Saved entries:
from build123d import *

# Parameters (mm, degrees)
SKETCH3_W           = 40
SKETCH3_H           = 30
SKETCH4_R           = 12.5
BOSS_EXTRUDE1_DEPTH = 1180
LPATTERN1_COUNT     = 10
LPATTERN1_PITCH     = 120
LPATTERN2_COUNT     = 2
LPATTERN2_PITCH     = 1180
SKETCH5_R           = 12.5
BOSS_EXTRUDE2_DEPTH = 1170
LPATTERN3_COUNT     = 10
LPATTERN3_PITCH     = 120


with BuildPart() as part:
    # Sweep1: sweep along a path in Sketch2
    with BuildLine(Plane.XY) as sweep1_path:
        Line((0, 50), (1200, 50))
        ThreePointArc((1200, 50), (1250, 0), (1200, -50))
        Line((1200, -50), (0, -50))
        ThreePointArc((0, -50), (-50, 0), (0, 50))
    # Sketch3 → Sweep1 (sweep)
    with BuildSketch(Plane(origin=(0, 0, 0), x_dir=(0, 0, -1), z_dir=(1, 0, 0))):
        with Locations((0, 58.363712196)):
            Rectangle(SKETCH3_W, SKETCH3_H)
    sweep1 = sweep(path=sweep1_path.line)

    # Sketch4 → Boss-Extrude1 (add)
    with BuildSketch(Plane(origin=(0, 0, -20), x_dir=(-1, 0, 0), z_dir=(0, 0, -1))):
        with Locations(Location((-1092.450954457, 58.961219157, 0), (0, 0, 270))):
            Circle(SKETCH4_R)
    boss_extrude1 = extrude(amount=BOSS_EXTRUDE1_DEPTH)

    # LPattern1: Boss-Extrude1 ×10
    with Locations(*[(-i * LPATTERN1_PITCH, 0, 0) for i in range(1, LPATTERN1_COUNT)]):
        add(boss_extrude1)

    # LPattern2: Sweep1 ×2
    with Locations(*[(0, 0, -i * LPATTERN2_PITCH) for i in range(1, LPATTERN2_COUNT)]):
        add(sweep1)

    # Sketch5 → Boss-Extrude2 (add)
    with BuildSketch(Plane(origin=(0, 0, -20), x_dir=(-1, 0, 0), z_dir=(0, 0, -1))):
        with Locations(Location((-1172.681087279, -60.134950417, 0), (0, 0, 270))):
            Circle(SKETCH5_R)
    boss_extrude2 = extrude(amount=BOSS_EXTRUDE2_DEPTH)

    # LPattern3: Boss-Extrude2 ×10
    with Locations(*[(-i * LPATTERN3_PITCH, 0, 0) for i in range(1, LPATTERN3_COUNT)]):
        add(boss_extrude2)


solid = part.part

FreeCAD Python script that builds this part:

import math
import FreeCAD as App
import Part
import Sketcher
Q = App.Units.Quantity


def add_polygon(sketch, points):
    """Adds a closed chain of lines whose ends are joined by coincident constraints."""
    first, n = sketch.GeometryCount, len(points)
    for a, b in zip(points, points[1:] + points[:1]):
        sketch.addGeometry(Part.LineSegment(App.Vector(*a, 0), App.Vector(*b, 0)), False)
    for i in range(n):
        sketch.addConstraint(Sketcher.Constraint("Coincident", first + i, 2, first + (i + 1) % n, 1))

doc = App.newDocument("Part")
params = doc.addObject("Spreadsheet::Sheet", "Params")
for row, (alias, value) in enumerate([
    ("sketch1_width", "30 mm"),
    ("sketch1_height", "40 mm"),
    ("sketch2_radius", "50 mm"),
    ("sketch2_width", "1200 mm"),
    ("sketch3_diameter", "25 mm"),
    ("pad1_length", "1180 mm"),
    ("linearpattern_pitch", "120 mm"),
    ("linearpattern2_pitch", "1180 mm"),
    ("sketch4_diameter", "25 mm"),
    ("pad2_length", "1170 mm"),
    ("linearpattern3_pitch", "120 mm"),
], start=1):
    params.set(f"A{row}", alias)
    params.set(f"B{row}", "=" + value)
    params.setAlias(f"B{row}", alias)

body = doc.addObject("PartDesign::Body", "Body")

# Sketch on YZ plane
sketch1 = body.newObject("Sketcher::SketchObject", "Sketch")
sketch1.AttachmentSupport = (doc.getObject("YZ_Plane"), [""])
sketch1.MapMode = "FlatFace"
add_polygon(sketch1, [(73.363712, 20), (43.363712, 20), (43.363712, -20), (73.363712, -20)])  # lines 0-3
sketch1.addConstraint([
    Sketcher.Constraint("Horizontal", 0),
    Sketcher.Constraint("Vertical", 1),
    Sketcher.Constraint("Horizontal", 2),
    Sketcher.Constraint("Vertical", 3),
    Sketcher.Constraint("DistanceX", 0, 2, 0, 1, Q("30 mm")),
    Sketcher.Constraint("DistanceY", 1, 2, 1, 1, Q("40 mm")),
    Sketcher.Constraint("DistanceY", -1, 1, 0, 2, Q("20 mm")),
    Sketcher.Constraint("DistanceX", -1, 1, 0, 2, Q("43.363712 mm")),
])
sketch1.setExpression("Constraints[8]", "Params.sketch1_width")
sketch1.setExpression("Constraints[9]", "Params.sketch1_height")

# Sketch on XY plane
sketch2 = body.newObject("Sketcher::SketchObject", "Sketch001")
sketch2.AttachmentSupport = (doc.getObject("XY_Plane"), [""])
sketch2.MapMode = "FlatFace"
sketch2.addGeometry([
    Part.LineSegment(App.Vector(0, 50, 0), App.Vector(1200, 50, 0)),
    Part.ArcOfCircle(Part.Circle(App.Vector(1200, 0, 0), App.Vector(0, 0, 1), 50), math.radians(-90), math.radians(90)),
    Part.LineSegment(App.Vector(1200, -50, 0), App.Vector(0, -50, 0)),
    Part.ArcOfCircle(Part.Circle(App.Vector(0, 0, 0), App.Vector(0, 0, 1), 50), math.radians(90), math.radians(270)),
], False)
sketch2.addConstraint([
    Sketcher.Constraint("Tangent", 0, 2, 1, 2),
    Sketcher.Constraint("Tangent", 1, 1, 2, 1),
    Sketcher.Constraint("Tangent", 2, 2, 3, 2),
    Sketcher.Constraint("Tangent", 3, 1, 0, 1),
    Sketcher.Constraint("Horizontal", 0),
    Sketcher.Constraint("Horizontal", 2),
    Sketcher.Constraint("Coincident", 3, 3, -1, 1),
    Sketcher.Constraint("Radius", 1, Q("50 mm")),
    Sketcher.Constraint("DistanceX", 0, 1, 0, 2, Q("1200 mm")),
])
sketch2.setExpression("Constraints[7]", "Params.sketch2_radius")
sketch2.setExpression("Constraints[8]", "Params.sketch2_width")
doc.recompute()

additivepipe = body.newObject("PartDesign::AdditivePipe", "AdditivePipe")
additivepipe.Profile = sketch1
additivepipe.Spine = (sketch2, ["Edge1", "Edge2", "Edge3", "Edge4"])

# Sketch on XY plane
sketch3 = body.newObject("Sketcher::SketchObject", "Sketch002")
sketch3.AttachmentSupport = (doc.getObject("XY_Plane"), [""])
sketch3.MapMode = "FlatFace"
sketch3.AttachmentOffset = App.Placement(App.Vector(0, 0, -20), App.Rotation())
sketch3.addGeometry(Part.Circle(App.Vector(1092.450954, 58.961219, 0), App.Vector(0, 0, 1), 12.5), False)
sketch3.addConstraint([
    Sketcher.Constraint("Diameter", 0, Q("25 mm")),
    Sketcher.Constraint("DistanceY", -1, 1, 0, 3, Q("58.961219 mm")),
    Sketcher.Constraint("DistanceX", -1, 1, 0, 3, Q("1092.450954 mm")),
])
sketch3.setExpression("Constraints[0]", "Params.sketch3_diameter")
pad1 = body.newObject("PartDesign::Pad", "Pad")
pad1.Profile = sketch3
pad1.setExpression("Length", "Params.pad1_length")
pad1.Reversed = True
doc.recompute()

linearpattern = body.newObject("PartDesign::LinearPattern", "LinearPattern")
linearpattern.Originals = [pad1]
linearpattern.Direction = (doc.getObject("X_Axis"), [""])
linearpattern.Mode = "offset"
linearpattern.setExpression("Offset", "Params.linearpattern_pitch")
linearpattern.Occurrences = 10
linearpattern.Reversed = True
body.Tip = linearpattern
doc.recompute()

linearpattern2 = body.newObject("PartDesign::LinearPattern", "LinearPattern001")
linearpattern2.Originals = [additivepipe]
linearpattern2.Direction = (doc.getObject("Z_Axis"), [""])
linearpattern2.Mode = "offset"
linearpattern2.setExpression("Offset", "Params.linearpattern2_pitch")
linearpattern2.Occurrences = 2
linearpattern2.Reversed = True
body.Tip = linearpattern2

# Sketch on XY plane
sketch4 = body.newObject("Sketcher::SketchObject", "Sketch003")
sketch4.AttachmentSupport = (doc.getObject("XY_Plane"), [""])
sketch4.MapMode = "FlatFace"
sketch4.AttachmentOffset = App.Placement(App.Vector(0, 0, -20), App.Rotation())
sketch4.addGeometry(Part.Circle(App.Vector(1172.681087, -60.13495, 0), App.Vector(0, 0, 1), 12.5), False)
sketch4.addConstraint([
    Sketcher.Constraint("Diameter", 0, Q("25 mm")),
    Sketcher.Constraint("DistanceY", 0, 3, -1, 1, Q("60.13495 mm")),
    Sketcher.Constraint("DistanceX", -1, 1, 0, 3, Q("1172.681087 mm")),
])
sketch4.setExpression("Constraints[0]", "Params.sketch4_diameter")
pad2 = body.newObject("PartDesign::Pad", "Pad001")
pad2.Profile = sketch4
pad2.setExpression("Length", "Params.pad2_length")
pad2.Reversed = True
doc.recompute()

linearpattern3 = body.newObject("PartDesign::LinearPattern", "LinearPattern002")
linearpattern3.Originals = [pad2]
linearpattern3.Direction = (doc.getObject("X_Axis"), [""])
linearpattern3.Mode = "offset"
linearpattern3.setExpression("Offset", "Params.linearpattern3_pitch")
linearpattern3.Occurrences = 10
linearpattern3.Reversed = True
body.Tip = linearpattern3

doc.recompute()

YOUR OBJECTIVE:
Reproduce, word for word and in full, only the lines above that start at the line with "add(boss_extrude2)" and run through the line with "FreeCAD Python script", both ends included.

RESULT BELOW:
        add(boss_extrude2)


solid = part.part

FreeCAD Python script that builds this part:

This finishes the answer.